The boy’s head exploded again. Why’d he have to kill the boy?

When Dale first saw him, the boy was at the fridge. He had a dozen packages and jars open and was eating from all of them, like he was trying to eat everything in the fridge at once. He’d been eating with such determined ferocity that Dale was sure the poor boy hadn’t eaten in weeks.

Had he really taken a human life just to keep from having to make an extra trip to Costco?

All the reasons the boy hadn’t listened to his warnings ran through Dale’s head. Maybe he hadn’t been able to hear Dale over the fridge’s compressor. Maybe he’d been too scared to move a muscle. Maybe he’d been too weak and confused to understand what Dale was saying. Maybe he’d had an attack of whatever kind of crazy he’d been and Dale looked like a ten foot alien to him.

From far away, Dale heard a voice he didn’t recognize calling his name. Guess I’m crazy now, he thought. Figures.

But then he realized that the voice was coming from the person standing in front of him. He forced himself to focus on the man.

It was Jim Miller, someone he had known when he was a plumber at the mill. He had a business card in his hand. How do they make them that white? thought Dale.

“…so I know we don’t know each other too well, uh, Dale, but I know what you’ve been through, and I just wanted to tell you… I get it. I mean, I understand what you are going through. It was after you left, but…. the reason I don’t work at the mill any more is that I was playing around in the control room, you know, fooling around to make people laugh… and I, I hit the button that activates the press, and… the new kid, the one from Ashbury, was cleaning the press like we’d told him to do…. anyhow, all I am trying to say is, I know what it’s like to, to… take a… life. And there’s people who help people like us, Dale. We call ourselves the Silver Thread, and it’s mostly cops, but I am sure I can get you in just like someone got me in. ”

Jim pressed the card he was holding into Dale’s hand. “That’s all our contact info. We have a hotline, a Facebook group, live chat, our own website, everything. Call them and say you’re from Big Fork and Jim sent you. They will know who you mean. ”

The card felt hot in Dale’s hand. He wanted to throw it away. But then he felt Marsha squeeze his other hand under the table, and he knew that, from her, that meant “Please do it. ”

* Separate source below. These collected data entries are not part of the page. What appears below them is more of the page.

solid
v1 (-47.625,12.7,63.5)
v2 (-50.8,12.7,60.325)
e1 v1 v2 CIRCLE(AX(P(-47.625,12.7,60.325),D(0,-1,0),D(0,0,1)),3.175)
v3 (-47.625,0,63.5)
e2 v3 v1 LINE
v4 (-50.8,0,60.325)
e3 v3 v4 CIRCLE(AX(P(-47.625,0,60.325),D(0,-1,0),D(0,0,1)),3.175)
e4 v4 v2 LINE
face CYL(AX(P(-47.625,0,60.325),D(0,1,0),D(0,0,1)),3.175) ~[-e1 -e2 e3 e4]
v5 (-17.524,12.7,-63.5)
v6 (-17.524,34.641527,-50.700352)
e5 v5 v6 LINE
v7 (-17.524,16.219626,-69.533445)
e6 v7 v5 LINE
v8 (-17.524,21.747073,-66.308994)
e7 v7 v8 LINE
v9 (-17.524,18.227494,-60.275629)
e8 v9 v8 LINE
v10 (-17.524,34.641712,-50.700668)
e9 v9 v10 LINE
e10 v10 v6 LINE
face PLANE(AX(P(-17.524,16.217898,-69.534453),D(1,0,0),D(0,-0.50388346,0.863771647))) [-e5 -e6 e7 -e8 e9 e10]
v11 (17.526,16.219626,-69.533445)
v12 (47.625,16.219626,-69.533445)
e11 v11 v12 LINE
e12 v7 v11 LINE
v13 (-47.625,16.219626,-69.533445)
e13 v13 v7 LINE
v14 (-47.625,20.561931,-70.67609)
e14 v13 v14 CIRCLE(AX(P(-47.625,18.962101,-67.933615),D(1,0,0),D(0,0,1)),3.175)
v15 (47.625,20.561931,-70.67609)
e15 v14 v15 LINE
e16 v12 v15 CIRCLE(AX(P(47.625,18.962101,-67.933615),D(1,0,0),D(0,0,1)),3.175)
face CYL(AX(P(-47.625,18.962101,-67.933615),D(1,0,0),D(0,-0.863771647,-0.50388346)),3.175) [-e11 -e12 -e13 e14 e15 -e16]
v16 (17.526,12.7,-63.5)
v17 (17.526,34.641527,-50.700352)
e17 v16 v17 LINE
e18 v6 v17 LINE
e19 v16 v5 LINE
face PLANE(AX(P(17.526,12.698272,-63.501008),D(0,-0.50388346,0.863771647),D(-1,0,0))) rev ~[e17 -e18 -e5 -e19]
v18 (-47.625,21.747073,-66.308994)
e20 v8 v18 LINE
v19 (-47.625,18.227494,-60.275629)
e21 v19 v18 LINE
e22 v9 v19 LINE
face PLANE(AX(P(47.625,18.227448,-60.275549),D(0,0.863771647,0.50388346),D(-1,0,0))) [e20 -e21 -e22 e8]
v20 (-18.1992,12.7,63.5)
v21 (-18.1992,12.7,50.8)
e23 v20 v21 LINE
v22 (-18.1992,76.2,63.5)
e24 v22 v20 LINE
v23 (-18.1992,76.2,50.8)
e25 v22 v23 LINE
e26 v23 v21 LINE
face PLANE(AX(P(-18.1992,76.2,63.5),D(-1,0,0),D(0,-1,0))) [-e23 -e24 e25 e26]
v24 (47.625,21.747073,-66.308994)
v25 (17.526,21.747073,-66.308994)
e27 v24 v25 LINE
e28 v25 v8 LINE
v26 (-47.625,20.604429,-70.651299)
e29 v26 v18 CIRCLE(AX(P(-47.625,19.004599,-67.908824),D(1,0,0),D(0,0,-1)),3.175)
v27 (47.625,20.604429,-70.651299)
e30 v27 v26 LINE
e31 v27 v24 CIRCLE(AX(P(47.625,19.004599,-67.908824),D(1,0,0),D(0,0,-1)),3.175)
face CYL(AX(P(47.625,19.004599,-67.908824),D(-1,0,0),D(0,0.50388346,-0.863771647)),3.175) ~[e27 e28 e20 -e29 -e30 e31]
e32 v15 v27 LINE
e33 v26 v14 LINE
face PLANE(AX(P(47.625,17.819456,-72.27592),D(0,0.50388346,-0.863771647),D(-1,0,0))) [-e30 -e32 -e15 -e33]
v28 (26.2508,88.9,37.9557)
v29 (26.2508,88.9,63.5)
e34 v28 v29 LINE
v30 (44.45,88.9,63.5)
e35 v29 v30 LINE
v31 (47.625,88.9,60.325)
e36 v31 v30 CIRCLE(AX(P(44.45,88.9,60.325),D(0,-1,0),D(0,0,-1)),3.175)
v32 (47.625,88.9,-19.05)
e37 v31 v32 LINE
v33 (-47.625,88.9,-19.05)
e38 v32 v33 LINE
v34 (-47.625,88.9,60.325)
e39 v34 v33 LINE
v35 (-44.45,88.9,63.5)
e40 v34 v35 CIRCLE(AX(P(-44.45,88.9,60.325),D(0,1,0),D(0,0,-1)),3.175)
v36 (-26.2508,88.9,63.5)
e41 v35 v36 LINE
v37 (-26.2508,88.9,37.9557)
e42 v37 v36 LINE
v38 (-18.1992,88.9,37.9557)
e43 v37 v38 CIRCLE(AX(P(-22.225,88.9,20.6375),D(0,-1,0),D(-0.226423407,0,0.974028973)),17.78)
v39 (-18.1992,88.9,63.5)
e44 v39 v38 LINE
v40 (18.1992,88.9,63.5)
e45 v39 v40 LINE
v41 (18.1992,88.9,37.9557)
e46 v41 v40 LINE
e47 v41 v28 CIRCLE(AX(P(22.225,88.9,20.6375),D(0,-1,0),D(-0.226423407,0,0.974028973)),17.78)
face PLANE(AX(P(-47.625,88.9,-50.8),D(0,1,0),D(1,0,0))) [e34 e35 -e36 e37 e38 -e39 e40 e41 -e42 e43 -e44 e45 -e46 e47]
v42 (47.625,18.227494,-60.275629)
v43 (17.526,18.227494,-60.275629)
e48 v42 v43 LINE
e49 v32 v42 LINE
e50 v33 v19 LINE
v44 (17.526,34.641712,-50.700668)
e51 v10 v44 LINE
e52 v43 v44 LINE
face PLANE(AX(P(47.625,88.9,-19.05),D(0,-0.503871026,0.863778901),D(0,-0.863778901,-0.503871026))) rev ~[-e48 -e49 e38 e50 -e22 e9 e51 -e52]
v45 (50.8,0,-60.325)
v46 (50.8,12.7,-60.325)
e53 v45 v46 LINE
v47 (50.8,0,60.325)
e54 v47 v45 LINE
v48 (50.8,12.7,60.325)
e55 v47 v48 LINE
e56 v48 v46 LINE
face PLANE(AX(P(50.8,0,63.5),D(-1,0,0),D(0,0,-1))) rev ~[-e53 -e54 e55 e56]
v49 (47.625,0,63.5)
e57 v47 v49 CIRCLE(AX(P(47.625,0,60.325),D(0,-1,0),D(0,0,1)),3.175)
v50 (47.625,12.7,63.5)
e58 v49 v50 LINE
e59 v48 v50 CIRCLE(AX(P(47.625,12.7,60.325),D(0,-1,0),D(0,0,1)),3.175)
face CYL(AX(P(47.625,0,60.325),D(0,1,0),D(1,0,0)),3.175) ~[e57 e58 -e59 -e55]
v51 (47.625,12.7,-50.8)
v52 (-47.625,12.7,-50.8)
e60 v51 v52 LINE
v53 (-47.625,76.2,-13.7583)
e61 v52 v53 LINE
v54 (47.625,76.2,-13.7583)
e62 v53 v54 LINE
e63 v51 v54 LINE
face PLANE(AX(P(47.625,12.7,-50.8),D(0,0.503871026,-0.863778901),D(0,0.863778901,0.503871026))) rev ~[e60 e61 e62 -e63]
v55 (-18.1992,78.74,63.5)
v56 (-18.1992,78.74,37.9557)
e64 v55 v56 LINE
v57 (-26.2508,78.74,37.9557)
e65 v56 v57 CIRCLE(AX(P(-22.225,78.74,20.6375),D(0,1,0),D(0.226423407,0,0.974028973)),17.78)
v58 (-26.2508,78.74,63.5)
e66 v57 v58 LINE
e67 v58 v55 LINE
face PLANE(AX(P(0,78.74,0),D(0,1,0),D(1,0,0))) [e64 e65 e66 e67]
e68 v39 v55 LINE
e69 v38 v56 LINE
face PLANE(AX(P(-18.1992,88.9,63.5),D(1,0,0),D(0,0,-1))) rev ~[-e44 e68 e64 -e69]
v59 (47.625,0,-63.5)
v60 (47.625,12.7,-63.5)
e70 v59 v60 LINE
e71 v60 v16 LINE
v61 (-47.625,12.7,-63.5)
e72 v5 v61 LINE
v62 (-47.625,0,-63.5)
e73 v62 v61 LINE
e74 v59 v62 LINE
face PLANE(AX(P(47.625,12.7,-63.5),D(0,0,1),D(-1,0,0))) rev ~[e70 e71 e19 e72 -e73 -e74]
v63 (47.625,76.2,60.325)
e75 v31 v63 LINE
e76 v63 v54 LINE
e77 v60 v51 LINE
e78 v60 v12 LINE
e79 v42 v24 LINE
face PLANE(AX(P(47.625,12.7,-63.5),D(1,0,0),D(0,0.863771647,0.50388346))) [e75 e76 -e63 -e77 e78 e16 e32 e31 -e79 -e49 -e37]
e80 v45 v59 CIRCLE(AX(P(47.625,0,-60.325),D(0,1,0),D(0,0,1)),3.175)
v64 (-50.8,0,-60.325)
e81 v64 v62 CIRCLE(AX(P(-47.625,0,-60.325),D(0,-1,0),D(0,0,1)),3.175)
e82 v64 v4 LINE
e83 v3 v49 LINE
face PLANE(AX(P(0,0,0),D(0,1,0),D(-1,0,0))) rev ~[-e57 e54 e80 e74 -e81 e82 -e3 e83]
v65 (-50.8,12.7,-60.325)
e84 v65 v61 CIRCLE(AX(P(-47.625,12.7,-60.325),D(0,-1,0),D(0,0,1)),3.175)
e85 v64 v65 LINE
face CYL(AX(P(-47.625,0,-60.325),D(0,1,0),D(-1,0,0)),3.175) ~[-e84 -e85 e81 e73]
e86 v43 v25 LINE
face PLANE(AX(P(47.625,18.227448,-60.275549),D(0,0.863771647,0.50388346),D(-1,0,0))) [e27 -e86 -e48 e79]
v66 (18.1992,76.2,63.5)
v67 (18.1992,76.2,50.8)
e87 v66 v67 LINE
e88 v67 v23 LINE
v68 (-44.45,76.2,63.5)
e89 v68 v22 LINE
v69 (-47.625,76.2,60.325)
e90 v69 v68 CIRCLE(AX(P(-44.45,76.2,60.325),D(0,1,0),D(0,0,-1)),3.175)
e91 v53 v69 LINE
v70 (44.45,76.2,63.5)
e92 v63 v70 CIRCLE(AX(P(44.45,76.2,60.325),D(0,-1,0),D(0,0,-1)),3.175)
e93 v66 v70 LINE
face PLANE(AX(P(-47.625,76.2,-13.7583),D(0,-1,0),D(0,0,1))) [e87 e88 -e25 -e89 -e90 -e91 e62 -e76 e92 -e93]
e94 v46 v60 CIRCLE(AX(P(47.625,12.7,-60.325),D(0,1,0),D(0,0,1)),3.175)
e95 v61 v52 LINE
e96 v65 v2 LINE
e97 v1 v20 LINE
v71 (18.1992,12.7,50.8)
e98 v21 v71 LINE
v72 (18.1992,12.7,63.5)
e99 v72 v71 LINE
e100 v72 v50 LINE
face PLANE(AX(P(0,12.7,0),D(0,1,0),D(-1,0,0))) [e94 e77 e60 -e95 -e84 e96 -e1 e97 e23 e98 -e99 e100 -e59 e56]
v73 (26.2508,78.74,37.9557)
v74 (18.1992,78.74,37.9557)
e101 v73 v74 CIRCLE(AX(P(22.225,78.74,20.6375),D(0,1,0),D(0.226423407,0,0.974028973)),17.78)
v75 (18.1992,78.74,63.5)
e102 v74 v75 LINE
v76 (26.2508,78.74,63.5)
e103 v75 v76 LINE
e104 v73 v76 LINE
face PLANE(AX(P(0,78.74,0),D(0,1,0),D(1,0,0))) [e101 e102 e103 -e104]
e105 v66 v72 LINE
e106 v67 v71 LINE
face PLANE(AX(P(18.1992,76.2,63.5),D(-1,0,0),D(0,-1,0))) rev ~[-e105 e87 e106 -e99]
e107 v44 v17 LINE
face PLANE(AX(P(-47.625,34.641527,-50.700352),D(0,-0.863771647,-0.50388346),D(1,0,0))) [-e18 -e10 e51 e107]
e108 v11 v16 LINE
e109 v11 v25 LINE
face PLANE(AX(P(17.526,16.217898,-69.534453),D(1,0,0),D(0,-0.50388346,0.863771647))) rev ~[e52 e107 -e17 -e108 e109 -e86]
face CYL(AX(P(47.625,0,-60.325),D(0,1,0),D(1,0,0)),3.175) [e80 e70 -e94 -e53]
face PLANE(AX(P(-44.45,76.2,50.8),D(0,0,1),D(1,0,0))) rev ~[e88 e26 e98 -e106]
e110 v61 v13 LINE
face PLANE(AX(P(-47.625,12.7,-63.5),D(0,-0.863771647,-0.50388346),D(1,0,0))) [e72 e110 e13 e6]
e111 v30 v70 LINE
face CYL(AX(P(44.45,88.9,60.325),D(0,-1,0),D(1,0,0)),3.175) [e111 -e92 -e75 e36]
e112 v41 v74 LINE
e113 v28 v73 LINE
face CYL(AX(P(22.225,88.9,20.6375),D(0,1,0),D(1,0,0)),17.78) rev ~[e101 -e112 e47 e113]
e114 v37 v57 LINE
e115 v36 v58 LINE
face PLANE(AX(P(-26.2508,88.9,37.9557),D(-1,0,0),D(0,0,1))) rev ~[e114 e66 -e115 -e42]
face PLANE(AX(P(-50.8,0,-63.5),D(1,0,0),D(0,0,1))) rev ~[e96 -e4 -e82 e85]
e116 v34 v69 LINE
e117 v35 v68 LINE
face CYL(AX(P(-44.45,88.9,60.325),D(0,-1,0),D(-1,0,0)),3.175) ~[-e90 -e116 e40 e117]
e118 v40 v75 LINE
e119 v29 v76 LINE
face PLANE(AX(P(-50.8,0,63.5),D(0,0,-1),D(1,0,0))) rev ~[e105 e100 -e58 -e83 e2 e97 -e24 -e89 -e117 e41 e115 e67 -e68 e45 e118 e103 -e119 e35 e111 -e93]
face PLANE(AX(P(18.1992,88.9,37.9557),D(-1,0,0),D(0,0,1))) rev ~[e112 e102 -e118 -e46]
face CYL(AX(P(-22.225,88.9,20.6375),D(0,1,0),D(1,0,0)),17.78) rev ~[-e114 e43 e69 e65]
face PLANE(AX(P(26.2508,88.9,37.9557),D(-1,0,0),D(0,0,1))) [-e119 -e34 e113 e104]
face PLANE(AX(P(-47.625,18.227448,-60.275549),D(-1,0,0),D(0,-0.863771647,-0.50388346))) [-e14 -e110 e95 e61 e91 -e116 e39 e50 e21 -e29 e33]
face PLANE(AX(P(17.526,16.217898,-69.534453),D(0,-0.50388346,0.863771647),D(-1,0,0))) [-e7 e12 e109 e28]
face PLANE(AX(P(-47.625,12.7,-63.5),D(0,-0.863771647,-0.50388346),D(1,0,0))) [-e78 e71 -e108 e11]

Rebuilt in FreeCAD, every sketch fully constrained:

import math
import FreeCAD as App
import Part
import Sketcher

V = App.Vector
Q = App.Units.Quantity


def edges_at(feature, points):
    """Names of the edges that pass closest to the given points."""
    edges = feature.Shape.Edges
    near = lambda p: min(range(len(edges)), key=lambda i: edges[i].distToShape(Part.Vertex(*p))[0])
    return sorted({f"Edge{near(p) + 1}" for p in points})


def add_polygon(sketch, points):
    """Adds a closed chain of lines whose ends are joined by coincident constraints."""
    first, n = sketch.GeometryCount, len(points)
    for a, b in zip(points, points[1:] + points[:1]):
        sketch.addGeometry(Part.LineSegment(App.Vector(*a, 0), App.Vector(*b, 0)), False)
    for i in range(n):
        sketch.addConstraint(Sketcher.Constraint("Coincident", first + i, 2, first + (i + 1) % n, 1))

doc = App.newDocument("Part")
params = doc.addObject("Spreadsheet::Sheet", "Params")
for row, (alias, value) in enumerate([
    ("sketch1_width", "4 in"),
    ("sketch1_height", "5 in"),
    ("pad1_length", "0.5 in"),
    ("fillet_radius", "0.125 in"),
    ("sketch2_height", "0.5 in"),
    ("sketch2_width", "3.75 in"),
    ("pad2_length", "3 in"),
    ("sketch3_height", "3 in"),
    ("sketch3_width", "3.75 in"),
    ("pad3_length", "3 in"),
    ("sketch4_width", "3 in"),
    ("sketch4_height", "1.75 in"),
    ("pocket1_length", "3.75 in"),
    ("sketch5_width", "3 in"),
    ("sketch5_height", "1.25 in"),
    ("pocket2_length", "3.75 in"),
    ("sketch6_width", "0.5 in"),
    ("sketch6_height", "2.75 in"),
    ("pad4_length", "3.75 in"),
    ("fillet2_radius", "0.125 in"),
    ("sketch7_width", "3.75 in"),
    ("pad5_length", "0.4 in"),
    ("fillet3_radius", "0.125 in"),
    ("sketch8_radius", "0.7 in"),
    ("sketch8_width", "0.317 in"),
    ("pocket3_length", "0.4 in"),
    ("sketch9_height", "2.5 in"),
    ("sketch9_width", "1.433 in"),
    ("pad6_length", "0.5 in"),
    ("sketch10_height", "0.275 in"),
    ("pocket4_length", "1 in"),
], start=1):
    params.set(f"A{row}", alias)
    params.set(f"B{row}", "=" + value)
    params.setAlias(f"B{row}", alias)

body = doc.addObject("PartDesign::Body", "Body")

“I’ll think about it. ” said a voice a lot like his own, and Jim smiled and nodded a bunch then went back to the party. Under the table, Marsha squeezed his hand again, this time meaning “thank you, well done. ”

Later that night, after all the goodbyes from all their friends, when they were finally heading to the motel they’d be staying at
while the police cleaned up their home, Dale threw the card into the garbage.

But he’d already copied all the information into his phone.